On the ground, the picture is mixed. The most forward-thinking FIs are moving away from fragmented, manual compliance models towards integrated, AI-augmented approaches. Where institutions have succeeded, we see common threads:
However, persistent challenges remain. False positives still consume up to 95% of investigator time in traditional AML systems, driving operational costs skyward and draining resources from genuine threat detection. Manual review processes, which are often still the norm in smaller or less digitally mature financial institutions, cannot keep pace with real-time payment flows or agile cross-border criminal activity.

Aggregated feedback from regional Financial Intelligence Units echo these realities: effective financial crime prevention demands both technology modernisation and genuine cultural change — breaking down silos between risk disciplines and prioritising collaboration with law enforcement and ecosystem partners.
AI’s promise in financial crime compliance is no longer theoretical; it is operational. Large language models and advanced analytics now power alert triage, case summarisation, entity resolution, and even SAR (suspicious activity report) drafting. These capabilities have driven measurable gains in speed, consistency, and investigator productivity.
Yet, efficiency is only half the equation. Regulators worldwide, led by the EU, US, and increasingly in Asia-Pacific, are placing greater emphasis on explainability, transparency, and responsible AI governance. Model lineage, decision traceability, and open application programming interfaces are becoming regulatory expectations, not optional features. Institutions are learning that a ‘black box’ approach is no longer tenable. Explainability must be engineered from the ground up, especially as AI makes decisions that impact customers and market integrity.
The challenge is to achieve both efficiency and effectiveness. Rapid digitisation and pressure to ‘move fast’ must be balanced with robust controls, auditability, and the ability to demonstrate to regulators — and the public — how risk decisions are made and why.
The coming years will see the convergence of several critical trends, each with major implications for financial crime risk:
+ Instant payments and real-time compliance: Regulatory mandates are forcing FIs to conduct sanctions, fraud, and AML checks in real time. Traditional batch processes are simply no longer viable, and the gap between payment velocity and control system speed is a new flashpoint for both policymakers and FIs.
+ Expanding shadow banking and unregulated platforms: The shadow banking sector in Asia-Pacific will only grow, with new models and actors continually redefining the perimeter of financial oversight. Without real-time intelligence sharing and cross-jurisdictional cooperation, regulatory blind spots will persist.

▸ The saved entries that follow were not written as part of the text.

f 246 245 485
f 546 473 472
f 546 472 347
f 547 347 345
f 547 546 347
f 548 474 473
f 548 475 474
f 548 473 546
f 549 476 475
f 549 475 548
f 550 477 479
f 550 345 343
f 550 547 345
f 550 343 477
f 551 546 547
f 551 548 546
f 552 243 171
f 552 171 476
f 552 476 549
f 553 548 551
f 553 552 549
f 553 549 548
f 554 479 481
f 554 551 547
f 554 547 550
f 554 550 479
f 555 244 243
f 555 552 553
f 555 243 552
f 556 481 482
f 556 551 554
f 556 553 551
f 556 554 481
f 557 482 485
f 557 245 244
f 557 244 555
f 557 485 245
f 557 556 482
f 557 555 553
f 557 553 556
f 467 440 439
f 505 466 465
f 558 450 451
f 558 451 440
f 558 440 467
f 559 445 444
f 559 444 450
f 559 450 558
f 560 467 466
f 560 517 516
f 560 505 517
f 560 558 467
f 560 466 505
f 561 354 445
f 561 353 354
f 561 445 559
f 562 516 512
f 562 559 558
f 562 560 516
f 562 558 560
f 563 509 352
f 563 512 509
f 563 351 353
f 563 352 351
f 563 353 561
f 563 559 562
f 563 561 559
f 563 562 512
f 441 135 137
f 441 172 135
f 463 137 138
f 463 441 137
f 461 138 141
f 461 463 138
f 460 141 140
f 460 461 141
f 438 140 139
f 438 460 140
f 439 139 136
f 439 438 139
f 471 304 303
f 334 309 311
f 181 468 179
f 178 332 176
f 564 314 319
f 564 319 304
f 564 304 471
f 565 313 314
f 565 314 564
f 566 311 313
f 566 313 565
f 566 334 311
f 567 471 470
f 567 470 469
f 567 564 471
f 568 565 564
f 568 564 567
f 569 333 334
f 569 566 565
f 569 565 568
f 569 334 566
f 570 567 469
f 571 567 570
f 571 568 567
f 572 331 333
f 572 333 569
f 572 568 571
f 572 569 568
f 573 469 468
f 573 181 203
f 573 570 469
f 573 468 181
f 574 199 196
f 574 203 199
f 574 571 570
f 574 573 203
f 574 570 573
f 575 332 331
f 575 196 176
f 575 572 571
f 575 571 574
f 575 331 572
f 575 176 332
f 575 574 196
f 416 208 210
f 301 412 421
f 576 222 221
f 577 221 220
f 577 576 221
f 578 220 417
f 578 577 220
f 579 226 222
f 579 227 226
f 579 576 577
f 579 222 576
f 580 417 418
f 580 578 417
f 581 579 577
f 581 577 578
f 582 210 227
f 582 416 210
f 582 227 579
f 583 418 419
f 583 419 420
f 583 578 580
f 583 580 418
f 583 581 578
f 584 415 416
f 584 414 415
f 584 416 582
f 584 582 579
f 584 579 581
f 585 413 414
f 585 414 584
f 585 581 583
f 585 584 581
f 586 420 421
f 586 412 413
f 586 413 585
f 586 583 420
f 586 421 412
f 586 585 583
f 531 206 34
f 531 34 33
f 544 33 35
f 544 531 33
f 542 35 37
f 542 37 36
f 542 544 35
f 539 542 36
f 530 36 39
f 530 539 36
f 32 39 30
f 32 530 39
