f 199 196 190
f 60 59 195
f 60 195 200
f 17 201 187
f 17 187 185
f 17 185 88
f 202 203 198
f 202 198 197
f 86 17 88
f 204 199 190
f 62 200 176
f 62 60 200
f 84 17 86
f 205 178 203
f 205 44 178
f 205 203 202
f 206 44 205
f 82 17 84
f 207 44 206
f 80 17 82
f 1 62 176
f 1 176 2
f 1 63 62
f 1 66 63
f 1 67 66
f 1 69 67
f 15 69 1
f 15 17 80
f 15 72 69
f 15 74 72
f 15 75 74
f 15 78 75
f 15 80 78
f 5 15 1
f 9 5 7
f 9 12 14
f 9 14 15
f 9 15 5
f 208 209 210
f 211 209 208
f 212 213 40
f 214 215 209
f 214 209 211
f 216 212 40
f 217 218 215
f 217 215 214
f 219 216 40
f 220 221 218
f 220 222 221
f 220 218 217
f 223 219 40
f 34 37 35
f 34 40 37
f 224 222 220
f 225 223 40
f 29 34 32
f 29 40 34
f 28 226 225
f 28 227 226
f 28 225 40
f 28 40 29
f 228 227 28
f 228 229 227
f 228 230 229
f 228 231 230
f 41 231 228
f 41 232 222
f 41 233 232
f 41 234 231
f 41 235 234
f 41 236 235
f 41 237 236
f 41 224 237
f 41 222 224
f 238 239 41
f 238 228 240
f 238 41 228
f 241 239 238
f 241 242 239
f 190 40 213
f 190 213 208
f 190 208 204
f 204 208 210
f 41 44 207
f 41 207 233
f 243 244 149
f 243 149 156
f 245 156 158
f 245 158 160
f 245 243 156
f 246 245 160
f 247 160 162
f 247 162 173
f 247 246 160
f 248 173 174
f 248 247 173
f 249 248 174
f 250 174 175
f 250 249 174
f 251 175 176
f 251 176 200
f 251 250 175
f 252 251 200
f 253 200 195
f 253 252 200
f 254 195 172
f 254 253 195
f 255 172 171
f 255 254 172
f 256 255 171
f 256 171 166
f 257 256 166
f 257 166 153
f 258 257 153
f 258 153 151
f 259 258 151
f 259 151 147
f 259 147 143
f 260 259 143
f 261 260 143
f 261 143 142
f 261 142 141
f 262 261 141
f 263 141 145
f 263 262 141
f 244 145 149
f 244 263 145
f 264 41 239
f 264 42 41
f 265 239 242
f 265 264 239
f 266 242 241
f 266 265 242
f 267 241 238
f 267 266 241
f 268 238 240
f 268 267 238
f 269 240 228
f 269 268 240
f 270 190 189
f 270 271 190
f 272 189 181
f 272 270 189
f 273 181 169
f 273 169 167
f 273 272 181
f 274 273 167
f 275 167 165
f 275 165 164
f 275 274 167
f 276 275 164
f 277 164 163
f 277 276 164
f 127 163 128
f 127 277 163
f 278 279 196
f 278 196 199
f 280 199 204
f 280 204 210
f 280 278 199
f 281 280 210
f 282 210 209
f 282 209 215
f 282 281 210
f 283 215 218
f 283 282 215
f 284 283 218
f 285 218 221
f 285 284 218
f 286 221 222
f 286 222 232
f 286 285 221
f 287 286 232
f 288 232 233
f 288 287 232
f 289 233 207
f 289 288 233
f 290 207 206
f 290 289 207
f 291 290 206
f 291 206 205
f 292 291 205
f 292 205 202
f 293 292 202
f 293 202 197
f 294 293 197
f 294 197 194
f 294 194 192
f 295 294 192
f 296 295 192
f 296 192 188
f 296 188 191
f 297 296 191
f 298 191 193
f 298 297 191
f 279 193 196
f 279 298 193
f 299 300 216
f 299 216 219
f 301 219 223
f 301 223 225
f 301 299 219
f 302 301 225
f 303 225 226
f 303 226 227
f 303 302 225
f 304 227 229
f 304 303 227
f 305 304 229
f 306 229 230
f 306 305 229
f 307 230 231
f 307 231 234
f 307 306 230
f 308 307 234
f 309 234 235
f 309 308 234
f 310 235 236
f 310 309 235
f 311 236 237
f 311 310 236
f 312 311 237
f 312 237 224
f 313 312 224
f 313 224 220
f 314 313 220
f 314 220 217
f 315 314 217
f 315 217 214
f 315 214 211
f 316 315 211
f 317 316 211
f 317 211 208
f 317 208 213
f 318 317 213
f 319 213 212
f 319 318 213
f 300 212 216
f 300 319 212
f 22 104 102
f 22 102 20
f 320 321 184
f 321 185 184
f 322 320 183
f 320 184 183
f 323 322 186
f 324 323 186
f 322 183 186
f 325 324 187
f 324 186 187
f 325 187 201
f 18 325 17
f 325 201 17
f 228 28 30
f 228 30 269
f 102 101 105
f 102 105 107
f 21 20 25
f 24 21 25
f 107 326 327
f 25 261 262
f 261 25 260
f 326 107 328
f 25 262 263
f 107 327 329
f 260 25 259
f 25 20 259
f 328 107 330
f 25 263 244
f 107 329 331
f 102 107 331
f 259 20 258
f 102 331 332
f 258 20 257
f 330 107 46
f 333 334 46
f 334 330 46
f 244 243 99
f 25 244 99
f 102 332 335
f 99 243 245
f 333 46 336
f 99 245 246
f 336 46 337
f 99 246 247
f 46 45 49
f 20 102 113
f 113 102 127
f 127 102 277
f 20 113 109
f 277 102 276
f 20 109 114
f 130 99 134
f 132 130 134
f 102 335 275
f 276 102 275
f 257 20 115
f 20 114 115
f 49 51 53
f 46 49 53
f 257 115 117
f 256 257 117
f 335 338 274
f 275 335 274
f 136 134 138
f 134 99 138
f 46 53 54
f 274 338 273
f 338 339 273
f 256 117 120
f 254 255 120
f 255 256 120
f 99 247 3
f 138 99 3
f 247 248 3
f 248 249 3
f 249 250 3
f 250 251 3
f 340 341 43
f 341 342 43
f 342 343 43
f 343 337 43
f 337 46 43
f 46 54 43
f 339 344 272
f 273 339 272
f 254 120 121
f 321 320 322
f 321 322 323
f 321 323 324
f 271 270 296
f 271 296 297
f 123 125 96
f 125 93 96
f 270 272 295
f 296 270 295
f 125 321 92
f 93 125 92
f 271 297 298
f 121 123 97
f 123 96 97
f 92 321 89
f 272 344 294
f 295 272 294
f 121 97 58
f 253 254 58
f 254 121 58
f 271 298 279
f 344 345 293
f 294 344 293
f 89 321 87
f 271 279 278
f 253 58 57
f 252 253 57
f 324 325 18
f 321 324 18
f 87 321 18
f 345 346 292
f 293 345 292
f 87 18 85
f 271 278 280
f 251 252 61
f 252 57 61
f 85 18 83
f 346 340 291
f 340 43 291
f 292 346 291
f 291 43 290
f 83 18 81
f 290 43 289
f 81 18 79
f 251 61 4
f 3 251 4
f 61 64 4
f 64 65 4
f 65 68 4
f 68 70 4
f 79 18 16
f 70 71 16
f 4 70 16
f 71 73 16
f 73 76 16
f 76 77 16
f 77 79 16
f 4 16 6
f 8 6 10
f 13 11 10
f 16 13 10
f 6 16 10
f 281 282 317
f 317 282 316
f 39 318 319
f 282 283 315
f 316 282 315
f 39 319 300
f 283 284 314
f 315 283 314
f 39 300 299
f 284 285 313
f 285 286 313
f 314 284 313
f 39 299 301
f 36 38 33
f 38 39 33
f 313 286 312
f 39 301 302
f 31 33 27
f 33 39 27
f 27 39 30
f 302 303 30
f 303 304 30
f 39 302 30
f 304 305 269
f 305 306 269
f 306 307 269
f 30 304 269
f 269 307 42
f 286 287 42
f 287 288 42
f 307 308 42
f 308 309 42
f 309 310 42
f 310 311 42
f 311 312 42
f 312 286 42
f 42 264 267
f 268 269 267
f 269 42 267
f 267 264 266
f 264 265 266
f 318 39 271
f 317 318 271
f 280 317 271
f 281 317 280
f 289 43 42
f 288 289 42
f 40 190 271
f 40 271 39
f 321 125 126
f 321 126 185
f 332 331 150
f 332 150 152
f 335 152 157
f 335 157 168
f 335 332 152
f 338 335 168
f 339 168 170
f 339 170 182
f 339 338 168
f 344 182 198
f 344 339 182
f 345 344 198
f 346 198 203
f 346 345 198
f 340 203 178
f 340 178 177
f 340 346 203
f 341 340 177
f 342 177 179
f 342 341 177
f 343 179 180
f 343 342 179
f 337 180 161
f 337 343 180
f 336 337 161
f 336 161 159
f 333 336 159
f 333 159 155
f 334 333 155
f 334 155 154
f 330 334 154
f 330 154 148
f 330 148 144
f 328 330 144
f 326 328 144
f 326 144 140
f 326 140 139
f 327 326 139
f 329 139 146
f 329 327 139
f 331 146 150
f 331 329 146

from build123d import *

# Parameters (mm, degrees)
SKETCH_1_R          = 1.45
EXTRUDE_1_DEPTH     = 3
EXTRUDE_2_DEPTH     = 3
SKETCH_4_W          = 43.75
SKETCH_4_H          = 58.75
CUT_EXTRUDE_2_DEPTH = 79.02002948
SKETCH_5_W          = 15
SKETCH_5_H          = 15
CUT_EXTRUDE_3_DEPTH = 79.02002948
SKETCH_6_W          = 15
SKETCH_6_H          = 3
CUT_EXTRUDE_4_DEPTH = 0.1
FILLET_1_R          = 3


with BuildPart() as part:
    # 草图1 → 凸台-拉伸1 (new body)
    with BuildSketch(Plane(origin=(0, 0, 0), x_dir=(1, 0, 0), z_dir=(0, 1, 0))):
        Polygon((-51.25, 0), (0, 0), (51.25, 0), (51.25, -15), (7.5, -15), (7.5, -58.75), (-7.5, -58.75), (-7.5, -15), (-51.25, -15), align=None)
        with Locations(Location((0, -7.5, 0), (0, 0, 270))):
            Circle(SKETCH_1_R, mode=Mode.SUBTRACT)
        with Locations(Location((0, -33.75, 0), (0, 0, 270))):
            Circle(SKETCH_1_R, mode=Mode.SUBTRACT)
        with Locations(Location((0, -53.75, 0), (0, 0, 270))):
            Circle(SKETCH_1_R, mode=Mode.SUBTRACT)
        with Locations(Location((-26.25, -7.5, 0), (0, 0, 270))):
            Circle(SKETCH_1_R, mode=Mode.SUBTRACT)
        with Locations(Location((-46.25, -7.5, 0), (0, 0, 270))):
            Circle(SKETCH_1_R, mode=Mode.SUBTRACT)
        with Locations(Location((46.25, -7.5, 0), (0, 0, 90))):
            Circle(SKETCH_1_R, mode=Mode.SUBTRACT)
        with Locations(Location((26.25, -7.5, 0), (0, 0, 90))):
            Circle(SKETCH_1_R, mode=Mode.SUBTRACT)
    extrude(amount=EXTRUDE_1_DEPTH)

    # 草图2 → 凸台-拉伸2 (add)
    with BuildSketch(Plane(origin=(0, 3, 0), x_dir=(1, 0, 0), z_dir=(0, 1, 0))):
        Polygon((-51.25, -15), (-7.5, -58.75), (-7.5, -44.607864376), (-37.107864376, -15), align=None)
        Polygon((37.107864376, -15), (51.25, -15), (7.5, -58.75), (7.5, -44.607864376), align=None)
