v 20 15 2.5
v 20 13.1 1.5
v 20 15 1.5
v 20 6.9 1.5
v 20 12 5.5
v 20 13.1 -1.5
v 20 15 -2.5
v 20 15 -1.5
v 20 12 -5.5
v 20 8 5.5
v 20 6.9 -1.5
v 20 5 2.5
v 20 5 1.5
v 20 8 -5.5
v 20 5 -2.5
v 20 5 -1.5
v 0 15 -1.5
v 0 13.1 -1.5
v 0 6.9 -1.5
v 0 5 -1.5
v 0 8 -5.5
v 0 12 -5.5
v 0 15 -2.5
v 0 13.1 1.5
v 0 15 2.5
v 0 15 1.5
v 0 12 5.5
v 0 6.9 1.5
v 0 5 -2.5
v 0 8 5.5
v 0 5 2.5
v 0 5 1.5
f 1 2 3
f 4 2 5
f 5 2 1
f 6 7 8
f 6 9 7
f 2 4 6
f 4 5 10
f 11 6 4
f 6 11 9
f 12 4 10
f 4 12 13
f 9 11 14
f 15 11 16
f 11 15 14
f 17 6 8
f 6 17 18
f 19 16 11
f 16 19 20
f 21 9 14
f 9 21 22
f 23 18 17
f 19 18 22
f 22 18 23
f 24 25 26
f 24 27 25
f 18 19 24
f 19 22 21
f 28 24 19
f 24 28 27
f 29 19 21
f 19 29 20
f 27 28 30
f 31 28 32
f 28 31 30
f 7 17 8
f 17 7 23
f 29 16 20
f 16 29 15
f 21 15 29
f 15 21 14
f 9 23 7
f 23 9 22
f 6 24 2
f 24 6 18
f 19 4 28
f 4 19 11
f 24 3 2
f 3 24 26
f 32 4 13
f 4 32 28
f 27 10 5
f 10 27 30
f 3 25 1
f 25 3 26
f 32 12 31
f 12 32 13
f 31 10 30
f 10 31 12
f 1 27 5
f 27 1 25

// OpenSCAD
slider();
mirror([0, 0, 1]) slider();


module slider() {
	translate([10, 10, -1]) cube([20, 6.2, 2], center=true);
	difference() {
		translate([10, 10, -3.5]) cube([20, 10, 4], center=true);
		translate([-0.1, 5, -2.5]) rotate([-135, 0, 0]) cube([20.2, 10, 10]);
		translate([-0.1, 15, -2.5]) rotate([-135, 0, 0]) cube([20.2, 10, 10]);
	}
}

+ Rising regulatory expectations for AI and data: Auditability, explainability, and external validation of AI models will become baseline requirements. We can expect expanded guidance on AI accountability, ‘human-in-the-loop’ oversight, and model validation standards by 2026.
+ Fragmentation of regulatory regimes: As global rulebooks diverge between the EU, US, China, and regional blocs, multi-jurisdictional FIs will face ever more complex compliance challenges, demanding robust, adaptable technology platforms.
Policymakers must anticipate these shifts, closing gaps in oversight, developing agile response mechanisms, and incentivising technology that can adapt in lockstep with evolving risks.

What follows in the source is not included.